Exactly the lines from the one containing "f 281 148 147" to the last line of the records, inclusive, are to be transcribed; include no others.

START INPUT

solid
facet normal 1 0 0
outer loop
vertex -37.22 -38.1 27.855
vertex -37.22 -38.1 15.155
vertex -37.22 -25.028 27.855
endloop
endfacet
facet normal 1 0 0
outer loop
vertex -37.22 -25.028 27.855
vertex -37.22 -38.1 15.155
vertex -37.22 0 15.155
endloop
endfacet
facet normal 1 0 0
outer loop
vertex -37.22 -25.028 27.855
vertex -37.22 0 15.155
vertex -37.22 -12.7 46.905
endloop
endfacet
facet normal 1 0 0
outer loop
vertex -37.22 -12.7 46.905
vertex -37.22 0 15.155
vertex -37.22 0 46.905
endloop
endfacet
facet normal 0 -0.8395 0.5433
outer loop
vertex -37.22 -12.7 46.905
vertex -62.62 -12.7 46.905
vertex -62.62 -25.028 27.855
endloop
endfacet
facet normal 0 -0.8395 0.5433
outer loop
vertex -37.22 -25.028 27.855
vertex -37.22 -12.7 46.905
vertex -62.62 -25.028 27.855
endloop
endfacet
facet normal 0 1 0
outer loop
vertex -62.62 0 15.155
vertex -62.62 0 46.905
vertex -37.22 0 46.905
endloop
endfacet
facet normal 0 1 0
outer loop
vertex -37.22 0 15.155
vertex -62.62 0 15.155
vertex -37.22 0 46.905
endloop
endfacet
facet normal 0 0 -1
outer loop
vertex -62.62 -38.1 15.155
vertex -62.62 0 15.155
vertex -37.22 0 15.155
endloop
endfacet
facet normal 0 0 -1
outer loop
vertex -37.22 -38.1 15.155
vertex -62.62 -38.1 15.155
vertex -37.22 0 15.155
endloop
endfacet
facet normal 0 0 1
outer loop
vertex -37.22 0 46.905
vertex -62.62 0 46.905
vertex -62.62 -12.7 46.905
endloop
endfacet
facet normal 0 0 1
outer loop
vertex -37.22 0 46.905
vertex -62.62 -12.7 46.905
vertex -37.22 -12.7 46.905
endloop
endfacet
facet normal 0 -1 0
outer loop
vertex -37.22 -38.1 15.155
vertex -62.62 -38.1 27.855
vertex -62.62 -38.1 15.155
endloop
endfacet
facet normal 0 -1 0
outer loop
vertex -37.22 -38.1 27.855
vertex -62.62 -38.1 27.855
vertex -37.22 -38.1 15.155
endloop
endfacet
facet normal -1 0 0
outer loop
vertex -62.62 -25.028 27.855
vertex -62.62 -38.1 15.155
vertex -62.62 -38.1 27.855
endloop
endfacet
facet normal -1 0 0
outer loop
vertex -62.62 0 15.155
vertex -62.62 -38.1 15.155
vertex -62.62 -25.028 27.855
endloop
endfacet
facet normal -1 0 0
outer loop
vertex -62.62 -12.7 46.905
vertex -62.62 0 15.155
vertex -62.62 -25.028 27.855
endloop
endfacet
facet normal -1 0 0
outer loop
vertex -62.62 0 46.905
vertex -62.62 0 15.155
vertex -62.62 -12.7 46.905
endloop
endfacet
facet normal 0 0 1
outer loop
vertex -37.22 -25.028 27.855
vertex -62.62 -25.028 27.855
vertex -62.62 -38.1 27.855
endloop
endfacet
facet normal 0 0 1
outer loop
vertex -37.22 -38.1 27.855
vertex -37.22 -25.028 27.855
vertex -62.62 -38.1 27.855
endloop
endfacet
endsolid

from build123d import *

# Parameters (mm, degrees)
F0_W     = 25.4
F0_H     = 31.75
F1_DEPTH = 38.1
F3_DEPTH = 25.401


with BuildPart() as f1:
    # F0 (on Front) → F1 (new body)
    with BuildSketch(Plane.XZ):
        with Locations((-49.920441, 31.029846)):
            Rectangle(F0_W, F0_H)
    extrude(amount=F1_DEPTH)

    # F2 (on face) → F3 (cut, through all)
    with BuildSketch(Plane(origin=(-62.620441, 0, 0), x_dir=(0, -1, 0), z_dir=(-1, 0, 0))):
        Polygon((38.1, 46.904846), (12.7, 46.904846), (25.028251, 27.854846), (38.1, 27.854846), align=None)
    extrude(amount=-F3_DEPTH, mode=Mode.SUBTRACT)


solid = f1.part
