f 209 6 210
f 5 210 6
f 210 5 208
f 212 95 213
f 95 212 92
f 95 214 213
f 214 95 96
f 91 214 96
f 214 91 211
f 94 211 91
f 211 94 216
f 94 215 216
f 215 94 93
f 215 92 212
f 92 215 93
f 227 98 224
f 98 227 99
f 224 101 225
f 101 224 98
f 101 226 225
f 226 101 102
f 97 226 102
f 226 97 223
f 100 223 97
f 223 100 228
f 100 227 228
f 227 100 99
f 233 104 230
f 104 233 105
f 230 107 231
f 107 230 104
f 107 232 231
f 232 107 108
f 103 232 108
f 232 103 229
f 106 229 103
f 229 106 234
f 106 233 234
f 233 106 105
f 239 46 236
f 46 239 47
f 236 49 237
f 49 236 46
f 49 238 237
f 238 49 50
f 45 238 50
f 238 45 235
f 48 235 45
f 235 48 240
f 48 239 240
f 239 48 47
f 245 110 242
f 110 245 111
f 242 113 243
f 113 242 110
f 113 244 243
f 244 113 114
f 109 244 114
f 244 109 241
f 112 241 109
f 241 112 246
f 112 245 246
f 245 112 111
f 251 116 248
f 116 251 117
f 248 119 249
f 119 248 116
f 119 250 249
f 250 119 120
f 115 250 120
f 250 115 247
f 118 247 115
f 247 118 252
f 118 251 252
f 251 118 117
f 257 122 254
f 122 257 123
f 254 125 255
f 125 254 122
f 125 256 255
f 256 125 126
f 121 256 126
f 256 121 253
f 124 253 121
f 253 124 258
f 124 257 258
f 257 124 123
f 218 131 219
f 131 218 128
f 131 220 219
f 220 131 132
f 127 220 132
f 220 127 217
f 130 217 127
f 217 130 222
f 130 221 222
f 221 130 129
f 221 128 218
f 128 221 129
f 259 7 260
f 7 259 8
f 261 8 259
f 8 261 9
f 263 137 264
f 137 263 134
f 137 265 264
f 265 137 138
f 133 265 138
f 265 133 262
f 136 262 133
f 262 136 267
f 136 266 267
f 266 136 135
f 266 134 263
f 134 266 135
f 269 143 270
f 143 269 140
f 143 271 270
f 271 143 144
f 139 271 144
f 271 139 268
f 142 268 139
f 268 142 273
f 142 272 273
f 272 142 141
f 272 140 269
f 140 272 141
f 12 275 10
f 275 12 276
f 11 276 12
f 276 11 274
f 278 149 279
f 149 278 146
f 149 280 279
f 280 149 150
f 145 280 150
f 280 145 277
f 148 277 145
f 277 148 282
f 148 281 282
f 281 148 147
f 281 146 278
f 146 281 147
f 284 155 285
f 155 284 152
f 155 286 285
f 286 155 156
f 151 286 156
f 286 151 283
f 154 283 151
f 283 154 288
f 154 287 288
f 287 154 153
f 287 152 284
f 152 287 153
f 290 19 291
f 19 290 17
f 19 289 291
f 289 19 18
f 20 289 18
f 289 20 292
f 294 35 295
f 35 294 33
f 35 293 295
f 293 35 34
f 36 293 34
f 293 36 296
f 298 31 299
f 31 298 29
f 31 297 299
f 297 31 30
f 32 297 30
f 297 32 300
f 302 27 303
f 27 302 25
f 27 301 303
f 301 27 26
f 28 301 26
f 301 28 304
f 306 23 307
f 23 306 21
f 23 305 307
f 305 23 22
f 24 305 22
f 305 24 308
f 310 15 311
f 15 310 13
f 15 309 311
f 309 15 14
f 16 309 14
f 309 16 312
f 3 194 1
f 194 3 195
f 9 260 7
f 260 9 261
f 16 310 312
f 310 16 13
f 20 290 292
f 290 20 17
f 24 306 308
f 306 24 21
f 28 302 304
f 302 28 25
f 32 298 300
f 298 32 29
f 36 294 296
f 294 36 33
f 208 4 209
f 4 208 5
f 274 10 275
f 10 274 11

END INPUT

WRITTEN ANSWER
f 281 148 147
f 281 146 278
f 146 281 147
f 284 155 285
f 155 284 152
f 155 286 285
f 286 155 156
f 151 286 156
f 286 151 283
f 154 283 151
f 283 154 288
f 154 287 288
f 287 154 153
f 287 152 284
f 152 287 153
f 290 19 291
f 19 290 17
f 19 289 291
f 289 19 18
f 20 289 18
f 289 20 292
f 294 35 295
f 35 294 33
f 35 293 295
f 293 35 34
f 36 293 34
f 293 36 296
f 298 31 299
f 31 298 29
f 31 297 299
f 297 31 30
f 32 297 30
f 297 32 300
f 302 27 303
f 27 302 25
f 27 301 303
f 301 27 26
f 28 301 26
f 301 28 304
f 306 23 307
f 23 306 21
f 23 305 307
f 305 23 22
f 24 305 22
f 305 24 308
f 310 15 311
f 15 310 13
f 15 309 311
f 309 15 14
f 16 309 14
f 309 16 312
f 3 194 1
f 194 3 195
f 9 260 7
f 260 9 261
f 16 310 312
f 310 16 13
f 20 290 292
f 290 20 17
f 24 306 308
f 306 24 21
f 28 302 304
f 302 28 25
f 32 298 300
f 298 32 29
f 36 294 296
f 294 36 33
f 208 4 209
f 4 208 5
f 274 10 275
f 10 274 11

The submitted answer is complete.